The Company’s primary sources of liquidity are cash flows from operations and proceeds from our financing arrangements. Both operating cash flows and borrowing capacity under the Company’s financing arrangements are directly related to the levels of accounts receivable generated by its businesses. The Company’s operating cash flows consist primarily of collections of customer receivables offset by payments for payroll and related items for the Company’s contingent staff and in-house employees; federal, foreign, state and local taxes; and trade payables. The Company’s level of borrowing capacity under its financing arrangements increases or decreases in tandem with any change in accounts receivable based on revenue fluctuations.

The Company manages its cash flow and related liquidity on a global basis. The weekly payroll payments inclusive of employment-related taxes and payments to vendors are approximately $20.0 million. The Company generally targets minimum global liquidity to be 1.5 to 2.0 times its average weekly requirements. The Company also maintains minimum effective cash balances in foreign operations and uses a multi-currency netting and overdraft facility for its European entities to further minimize overseas cash requirements.

On January 25, 2018, the Company entered into a long-term $115.0 million accounts receivable securitization program (“DZ
Financing Program”) with DZ Bank AG Deutsche Zentral-Genossenschafsbank (“DZ Bank”) and exited its financing relationship with PNC Bank (“PNC Financing Program”).
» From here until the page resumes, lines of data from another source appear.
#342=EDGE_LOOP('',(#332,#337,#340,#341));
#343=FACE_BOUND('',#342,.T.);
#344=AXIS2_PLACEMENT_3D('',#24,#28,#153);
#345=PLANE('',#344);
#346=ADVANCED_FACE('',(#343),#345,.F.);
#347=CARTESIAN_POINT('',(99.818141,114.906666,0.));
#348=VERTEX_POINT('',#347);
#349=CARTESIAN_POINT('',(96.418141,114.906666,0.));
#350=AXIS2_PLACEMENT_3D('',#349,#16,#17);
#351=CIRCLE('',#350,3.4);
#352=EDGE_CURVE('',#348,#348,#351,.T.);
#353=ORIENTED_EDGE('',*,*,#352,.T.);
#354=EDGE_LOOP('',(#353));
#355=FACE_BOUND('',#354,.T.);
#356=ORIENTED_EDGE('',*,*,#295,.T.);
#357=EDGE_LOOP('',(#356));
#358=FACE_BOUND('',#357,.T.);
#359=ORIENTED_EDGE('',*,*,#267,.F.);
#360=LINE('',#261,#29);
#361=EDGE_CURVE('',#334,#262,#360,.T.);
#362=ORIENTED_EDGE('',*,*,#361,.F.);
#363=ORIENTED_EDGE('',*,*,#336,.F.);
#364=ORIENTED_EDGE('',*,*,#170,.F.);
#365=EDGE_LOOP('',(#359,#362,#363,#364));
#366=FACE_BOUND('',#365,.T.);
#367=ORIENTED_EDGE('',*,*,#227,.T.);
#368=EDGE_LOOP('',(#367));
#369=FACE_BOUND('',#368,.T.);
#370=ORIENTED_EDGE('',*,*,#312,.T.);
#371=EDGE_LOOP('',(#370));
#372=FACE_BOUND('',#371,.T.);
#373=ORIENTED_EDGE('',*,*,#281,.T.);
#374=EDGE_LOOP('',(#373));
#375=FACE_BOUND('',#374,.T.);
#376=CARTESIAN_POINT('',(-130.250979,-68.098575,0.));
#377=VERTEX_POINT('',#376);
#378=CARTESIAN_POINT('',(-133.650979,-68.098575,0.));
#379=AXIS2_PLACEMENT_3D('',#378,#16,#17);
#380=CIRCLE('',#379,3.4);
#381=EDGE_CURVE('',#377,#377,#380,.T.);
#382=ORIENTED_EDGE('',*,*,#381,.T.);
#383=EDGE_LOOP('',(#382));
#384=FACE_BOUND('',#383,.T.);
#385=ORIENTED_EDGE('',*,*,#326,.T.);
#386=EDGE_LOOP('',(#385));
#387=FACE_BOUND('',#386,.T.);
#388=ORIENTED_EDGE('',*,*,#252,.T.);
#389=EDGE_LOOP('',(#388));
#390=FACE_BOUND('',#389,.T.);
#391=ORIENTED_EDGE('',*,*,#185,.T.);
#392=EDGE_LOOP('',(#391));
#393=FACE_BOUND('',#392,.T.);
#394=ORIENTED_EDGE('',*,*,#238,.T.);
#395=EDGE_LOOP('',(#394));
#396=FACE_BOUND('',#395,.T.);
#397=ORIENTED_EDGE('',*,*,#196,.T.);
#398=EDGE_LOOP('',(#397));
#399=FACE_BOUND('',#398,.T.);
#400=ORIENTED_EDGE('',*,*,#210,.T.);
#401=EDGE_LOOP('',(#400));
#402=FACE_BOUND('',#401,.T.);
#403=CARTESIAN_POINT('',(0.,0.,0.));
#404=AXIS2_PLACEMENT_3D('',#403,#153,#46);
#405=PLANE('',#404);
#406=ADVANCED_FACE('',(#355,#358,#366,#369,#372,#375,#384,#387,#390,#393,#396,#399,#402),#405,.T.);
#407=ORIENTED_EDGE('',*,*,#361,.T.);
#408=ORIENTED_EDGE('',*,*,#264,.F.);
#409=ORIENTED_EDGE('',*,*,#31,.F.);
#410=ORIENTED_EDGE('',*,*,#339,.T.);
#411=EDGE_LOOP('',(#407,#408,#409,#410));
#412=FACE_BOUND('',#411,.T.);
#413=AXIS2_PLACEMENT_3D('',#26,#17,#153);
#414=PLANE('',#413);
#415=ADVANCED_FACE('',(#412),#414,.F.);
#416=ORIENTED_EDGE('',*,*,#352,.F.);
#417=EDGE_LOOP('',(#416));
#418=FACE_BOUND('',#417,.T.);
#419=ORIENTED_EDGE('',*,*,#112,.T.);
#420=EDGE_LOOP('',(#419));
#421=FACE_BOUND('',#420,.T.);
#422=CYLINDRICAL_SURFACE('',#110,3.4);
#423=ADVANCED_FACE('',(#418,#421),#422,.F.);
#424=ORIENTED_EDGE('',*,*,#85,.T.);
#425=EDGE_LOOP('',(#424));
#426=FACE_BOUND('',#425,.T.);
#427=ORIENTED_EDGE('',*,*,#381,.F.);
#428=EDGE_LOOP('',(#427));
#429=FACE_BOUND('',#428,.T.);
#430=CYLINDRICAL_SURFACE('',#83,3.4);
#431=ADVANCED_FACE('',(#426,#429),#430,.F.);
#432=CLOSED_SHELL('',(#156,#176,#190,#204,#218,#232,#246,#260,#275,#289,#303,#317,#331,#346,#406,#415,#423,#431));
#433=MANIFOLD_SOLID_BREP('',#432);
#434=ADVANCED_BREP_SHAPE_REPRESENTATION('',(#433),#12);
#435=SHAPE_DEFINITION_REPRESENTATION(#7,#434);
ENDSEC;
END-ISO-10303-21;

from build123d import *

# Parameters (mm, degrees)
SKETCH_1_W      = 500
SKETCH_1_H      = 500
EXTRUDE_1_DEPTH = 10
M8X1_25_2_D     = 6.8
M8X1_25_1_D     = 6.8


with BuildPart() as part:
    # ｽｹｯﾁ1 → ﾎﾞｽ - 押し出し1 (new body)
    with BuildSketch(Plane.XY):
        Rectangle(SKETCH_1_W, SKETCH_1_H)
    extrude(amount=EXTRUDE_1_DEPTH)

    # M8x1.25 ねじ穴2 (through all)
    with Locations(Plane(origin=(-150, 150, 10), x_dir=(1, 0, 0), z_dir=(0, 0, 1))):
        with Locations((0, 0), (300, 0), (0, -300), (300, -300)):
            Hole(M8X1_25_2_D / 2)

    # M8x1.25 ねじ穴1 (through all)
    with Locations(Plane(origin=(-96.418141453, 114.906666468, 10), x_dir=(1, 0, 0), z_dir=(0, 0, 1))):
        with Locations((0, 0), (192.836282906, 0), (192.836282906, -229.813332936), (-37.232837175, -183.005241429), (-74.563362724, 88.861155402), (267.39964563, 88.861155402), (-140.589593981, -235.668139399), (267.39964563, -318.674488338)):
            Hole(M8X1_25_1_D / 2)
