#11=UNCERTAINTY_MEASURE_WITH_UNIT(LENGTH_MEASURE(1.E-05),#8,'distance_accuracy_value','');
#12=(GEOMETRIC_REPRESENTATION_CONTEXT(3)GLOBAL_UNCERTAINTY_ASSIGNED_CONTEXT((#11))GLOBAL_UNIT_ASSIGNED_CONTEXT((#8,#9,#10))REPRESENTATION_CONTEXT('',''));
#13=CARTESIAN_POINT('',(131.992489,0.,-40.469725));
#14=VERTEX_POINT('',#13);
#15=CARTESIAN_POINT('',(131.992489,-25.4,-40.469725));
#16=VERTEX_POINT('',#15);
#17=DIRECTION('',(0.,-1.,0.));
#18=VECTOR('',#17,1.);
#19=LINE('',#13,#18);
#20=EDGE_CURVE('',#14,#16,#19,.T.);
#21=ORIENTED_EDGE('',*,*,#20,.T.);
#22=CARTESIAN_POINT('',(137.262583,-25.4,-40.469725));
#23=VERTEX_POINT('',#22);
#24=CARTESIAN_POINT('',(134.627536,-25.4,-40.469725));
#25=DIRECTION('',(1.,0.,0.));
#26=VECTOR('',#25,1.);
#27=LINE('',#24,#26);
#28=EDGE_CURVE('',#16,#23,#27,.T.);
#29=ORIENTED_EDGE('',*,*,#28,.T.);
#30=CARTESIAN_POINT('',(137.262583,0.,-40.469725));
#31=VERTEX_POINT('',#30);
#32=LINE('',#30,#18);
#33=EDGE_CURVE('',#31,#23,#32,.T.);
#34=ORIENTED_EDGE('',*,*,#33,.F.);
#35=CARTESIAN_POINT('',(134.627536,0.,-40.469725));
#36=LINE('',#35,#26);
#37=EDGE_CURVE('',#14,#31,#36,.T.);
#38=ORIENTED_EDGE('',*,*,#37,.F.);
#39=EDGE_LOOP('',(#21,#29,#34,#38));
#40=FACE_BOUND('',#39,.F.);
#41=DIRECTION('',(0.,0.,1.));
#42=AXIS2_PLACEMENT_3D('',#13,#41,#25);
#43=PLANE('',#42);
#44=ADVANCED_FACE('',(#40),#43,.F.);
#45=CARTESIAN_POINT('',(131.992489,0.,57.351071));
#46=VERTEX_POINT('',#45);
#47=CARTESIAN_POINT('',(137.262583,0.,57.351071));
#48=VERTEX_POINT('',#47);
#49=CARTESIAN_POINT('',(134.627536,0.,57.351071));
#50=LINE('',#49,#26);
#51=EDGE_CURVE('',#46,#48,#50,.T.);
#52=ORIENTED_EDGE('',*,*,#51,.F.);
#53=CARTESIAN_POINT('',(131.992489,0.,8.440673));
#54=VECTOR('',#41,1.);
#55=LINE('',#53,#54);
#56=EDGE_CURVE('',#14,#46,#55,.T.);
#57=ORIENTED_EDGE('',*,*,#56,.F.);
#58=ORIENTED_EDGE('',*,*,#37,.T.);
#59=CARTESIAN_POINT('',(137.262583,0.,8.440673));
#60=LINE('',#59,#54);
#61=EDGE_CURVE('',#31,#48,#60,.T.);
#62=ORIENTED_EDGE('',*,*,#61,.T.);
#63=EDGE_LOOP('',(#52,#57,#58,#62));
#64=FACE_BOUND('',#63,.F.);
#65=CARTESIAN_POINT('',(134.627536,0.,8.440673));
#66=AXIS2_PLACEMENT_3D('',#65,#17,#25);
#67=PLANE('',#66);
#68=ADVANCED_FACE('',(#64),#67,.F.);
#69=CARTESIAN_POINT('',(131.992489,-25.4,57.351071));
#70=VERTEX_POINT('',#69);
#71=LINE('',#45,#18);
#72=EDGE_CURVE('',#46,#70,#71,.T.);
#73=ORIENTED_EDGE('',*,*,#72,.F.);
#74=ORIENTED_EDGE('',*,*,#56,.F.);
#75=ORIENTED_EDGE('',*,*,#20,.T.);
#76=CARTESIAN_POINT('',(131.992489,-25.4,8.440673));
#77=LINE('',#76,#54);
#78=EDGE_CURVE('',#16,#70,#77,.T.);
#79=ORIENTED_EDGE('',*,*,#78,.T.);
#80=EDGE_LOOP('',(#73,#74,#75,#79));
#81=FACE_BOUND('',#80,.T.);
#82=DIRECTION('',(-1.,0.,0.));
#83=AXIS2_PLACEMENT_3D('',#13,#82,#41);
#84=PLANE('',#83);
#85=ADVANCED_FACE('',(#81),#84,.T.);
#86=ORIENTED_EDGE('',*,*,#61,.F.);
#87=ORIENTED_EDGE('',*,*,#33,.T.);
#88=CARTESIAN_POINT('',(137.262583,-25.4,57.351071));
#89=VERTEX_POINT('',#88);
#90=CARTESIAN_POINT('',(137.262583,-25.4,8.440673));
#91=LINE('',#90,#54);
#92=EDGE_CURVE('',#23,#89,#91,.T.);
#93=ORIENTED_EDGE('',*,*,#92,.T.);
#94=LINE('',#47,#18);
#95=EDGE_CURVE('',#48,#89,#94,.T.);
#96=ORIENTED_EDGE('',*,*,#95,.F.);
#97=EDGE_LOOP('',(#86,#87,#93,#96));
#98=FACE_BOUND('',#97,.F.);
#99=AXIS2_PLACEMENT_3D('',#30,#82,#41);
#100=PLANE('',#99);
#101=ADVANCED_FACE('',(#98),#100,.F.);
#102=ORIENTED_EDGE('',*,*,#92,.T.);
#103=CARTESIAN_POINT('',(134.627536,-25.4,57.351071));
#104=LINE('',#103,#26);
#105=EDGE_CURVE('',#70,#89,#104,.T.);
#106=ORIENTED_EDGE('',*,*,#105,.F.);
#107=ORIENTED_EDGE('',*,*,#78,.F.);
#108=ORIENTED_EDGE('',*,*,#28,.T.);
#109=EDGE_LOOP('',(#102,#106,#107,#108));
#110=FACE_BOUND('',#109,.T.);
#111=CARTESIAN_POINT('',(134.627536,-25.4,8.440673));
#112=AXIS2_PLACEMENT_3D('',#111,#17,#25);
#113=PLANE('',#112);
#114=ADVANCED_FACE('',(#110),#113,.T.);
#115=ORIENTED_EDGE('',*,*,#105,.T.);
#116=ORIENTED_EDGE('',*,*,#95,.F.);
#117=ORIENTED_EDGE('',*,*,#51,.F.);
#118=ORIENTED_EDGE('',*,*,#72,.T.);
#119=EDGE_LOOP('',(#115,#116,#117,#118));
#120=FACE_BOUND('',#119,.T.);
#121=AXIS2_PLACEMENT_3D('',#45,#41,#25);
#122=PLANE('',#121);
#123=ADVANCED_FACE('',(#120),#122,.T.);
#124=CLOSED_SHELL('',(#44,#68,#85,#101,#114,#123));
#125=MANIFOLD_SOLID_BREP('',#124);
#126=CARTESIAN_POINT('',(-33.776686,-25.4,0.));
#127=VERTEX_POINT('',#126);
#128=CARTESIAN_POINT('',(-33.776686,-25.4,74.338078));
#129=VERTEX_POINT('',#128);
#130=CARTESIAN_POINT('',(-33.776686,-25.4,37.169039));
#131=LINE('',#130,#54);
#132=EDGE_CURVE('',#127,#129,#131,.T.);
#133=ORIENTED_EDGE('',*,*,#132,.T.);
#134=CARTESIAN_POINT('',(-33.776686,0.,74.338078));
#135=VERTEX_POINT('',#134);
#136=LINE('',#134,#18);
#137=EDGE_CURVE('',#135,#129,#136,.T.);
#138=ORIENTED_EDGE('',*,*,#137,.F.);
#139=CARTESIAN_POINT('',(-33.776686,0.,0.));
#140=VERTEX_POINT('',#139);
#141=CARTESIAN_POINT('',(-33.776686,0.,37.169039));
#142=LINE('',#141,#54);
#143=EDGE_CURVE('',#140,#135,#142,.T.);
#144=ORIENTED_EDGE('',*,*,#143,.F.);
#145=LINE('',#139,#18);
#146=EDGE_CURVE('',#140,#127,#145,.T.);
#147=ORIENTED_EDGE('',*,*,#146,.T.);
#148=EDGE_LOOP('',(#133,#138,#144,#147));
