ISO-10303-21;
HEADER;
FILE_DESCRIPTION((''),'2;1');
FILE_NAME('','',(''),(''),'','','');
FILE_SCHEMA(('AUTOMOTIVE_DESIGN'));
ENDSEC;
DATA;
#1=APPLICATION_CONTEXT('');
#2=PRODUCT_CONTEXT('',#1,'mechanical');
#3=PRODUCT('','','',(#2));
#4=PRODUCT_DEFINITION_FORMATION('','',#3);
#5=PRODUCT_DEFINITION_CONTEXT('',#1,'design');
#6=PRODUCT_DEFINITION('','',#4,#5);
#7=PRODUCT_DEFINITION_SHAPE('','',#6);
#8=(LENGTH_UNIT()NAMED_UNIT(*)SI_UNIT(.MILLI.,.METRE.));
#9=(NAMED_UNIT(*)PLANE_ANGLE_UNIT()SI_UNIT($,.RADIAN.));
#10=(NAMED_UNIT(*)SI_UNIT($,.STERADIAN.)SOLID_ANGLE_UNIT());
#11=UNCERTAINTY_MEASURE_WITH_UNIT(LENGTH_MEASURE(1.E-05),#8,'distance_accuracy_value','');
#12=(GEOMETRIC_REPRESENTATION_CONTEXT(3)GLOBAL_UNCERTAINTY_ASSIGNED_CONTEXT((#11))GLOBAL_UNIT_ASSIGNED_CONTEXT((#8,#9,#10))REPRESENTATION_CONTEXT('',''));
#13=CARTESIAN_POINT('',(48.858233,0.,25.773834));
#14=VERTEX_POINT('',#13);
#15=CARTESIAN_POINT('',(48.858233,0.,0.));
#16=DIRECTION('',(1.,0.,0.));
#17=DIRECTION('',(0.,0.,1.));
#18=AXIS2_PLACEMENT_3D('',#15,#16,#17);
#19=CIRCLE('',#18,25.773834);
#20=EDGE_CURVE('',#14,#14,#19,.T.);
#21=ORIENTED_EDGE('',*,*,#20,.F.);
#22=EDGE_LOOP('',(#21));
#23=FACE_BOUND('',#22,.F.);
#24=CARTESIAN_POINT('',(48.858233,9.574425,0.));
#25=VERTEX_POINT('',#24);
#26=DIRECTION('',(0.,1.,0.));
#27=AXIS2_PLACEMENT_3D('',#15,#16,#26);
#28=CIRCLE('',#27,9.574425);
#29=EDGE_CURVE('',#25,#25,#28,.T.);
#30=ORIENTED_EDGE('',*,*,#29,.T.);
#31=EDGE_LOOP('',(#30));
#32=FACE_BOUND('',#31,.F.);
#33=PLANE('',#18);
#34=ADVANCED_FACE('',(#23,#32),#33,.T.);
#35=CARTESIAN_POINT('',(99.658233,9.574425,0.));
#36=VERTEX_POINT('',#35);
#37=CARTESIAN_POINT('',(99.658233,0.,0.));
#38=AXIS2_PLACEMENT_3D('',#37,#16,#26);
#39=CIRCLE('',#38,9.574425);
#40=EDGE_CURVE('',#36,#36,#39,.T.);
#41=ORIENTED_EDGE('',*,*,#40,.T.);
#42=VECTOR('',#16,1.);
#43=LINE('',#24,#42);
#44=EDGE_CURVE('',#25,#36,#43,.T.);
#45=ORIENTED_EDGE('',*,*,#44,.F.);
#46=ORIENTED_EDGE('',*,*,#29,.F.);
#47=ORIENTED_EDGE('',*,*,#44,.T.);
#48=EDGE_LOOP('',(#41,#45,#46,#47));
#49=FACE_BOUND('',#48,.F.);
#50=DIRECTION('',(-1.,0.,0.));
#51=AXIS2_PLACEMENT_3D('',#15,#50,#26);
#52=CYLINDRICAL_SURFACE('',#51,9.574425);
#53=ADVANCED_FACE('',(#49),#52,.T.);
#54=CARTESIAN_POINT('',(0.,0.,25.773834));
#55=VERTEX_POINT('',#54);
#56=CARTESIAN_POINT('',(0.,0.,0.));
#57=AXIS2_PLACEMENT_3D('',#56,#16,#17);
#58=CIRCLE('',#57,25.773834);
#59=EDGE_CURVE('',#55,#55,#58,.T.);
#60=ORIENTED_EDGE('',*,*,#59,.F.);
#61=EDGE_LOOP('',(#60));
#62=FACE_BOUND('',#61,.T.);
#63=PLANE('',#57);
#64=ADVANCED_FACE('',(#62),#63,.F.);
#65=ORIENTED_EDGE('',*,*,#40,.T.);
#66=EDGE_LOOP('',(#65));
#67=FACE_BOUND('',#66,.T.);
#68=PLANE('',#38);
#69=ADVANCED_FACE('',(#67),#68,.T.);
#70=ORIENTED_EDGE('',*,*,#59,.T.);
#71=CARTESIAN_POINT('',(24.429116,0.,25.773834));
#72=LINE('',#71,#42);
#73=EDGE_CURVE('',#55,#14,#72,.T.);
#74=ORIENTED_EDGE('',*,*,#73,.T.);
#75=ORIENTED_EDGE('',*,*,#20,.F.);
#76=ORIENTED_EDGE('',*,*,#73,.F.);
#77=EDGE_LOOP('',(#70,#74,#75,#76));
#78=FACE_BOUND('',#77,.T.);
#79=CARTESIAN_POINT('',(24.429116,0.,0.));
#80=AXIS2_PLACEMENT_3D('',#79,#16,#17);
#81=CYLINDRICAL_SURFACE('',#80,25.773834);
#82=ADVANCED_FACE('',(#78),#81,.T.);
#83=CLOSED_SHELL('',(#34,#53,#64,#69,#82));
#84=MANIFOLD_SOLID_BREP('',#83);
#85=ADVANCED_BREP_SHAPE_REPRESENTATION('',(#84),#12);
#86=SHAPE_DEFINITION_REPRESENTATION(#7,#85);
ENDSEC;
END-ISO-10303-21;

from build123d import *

# Parameters (mm, degrees)
F0_W     = 48.8582327962
F0_H     = 25.7738344371
F2_R     = 9.5744246669
F3_DEPTH = 50.8


with BuildPart() as f1:
    # F0 (on Front) → F1 (revolve)
    with BuildSketch(Plane.XZ):
        with Locations((24.4291163981, 12.8869172186)):
            Rectangle(F0_W, F0_H)
    revolve(axis=Axis((-25.5497172475, 0, 0), (1, 0, 0)))

    # F2 (on face) → F3 (join)
    with BuildSketch(Plane.YZ.offset(48.8582327962)):
        Circle(F2_R)
    extrude(amount=F3_DEPTH)


solid = f1.part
While the borrowing capacity was reduced from $160.0 million under the PNC Financing Program, the new agreement increases available liquidity and provides greater financial flexibility with less restrictive financial covenants and fewer restrictions on use of proceeds, as well as reduces overall borrowing costs.

Under the DZ Financing Program, certain receivables of the Company are sold to a wholly-owned, consolidated, bankruptcy-remote subsidiary. To finance the purchase of such receivables, the Company may request that DZ Bank make loans from time to time to the Company that are secured by liens on those receivables.
 
Loan advances may be made under the DZ Financing Program through January 25, 2020 and all loans will mature no later than July 25, 2020.  Loans will accrue interest (i) with respect to loans that are funded through the issuance of commercial paper notes, at the commercial paper (“CP”) rate, and (ii) otherwise, at a rate per annum equal to adjusted LIBOR. The CP rate will be based on the rates paid by the applicable lender on notes it issues to fund related loans.  Adjusted LIBOR is based on LIBOR for the applicable interest period and the rate prescribed by the Board of Governors of the Federal Reserve System for determining the reserve requirements with respect to Eurocurrency funding. If an event of default occurs, all loans shall bear interest at a rate per annum equal to the prime rate (the federal funds rate plus 3%) plus 2.5%.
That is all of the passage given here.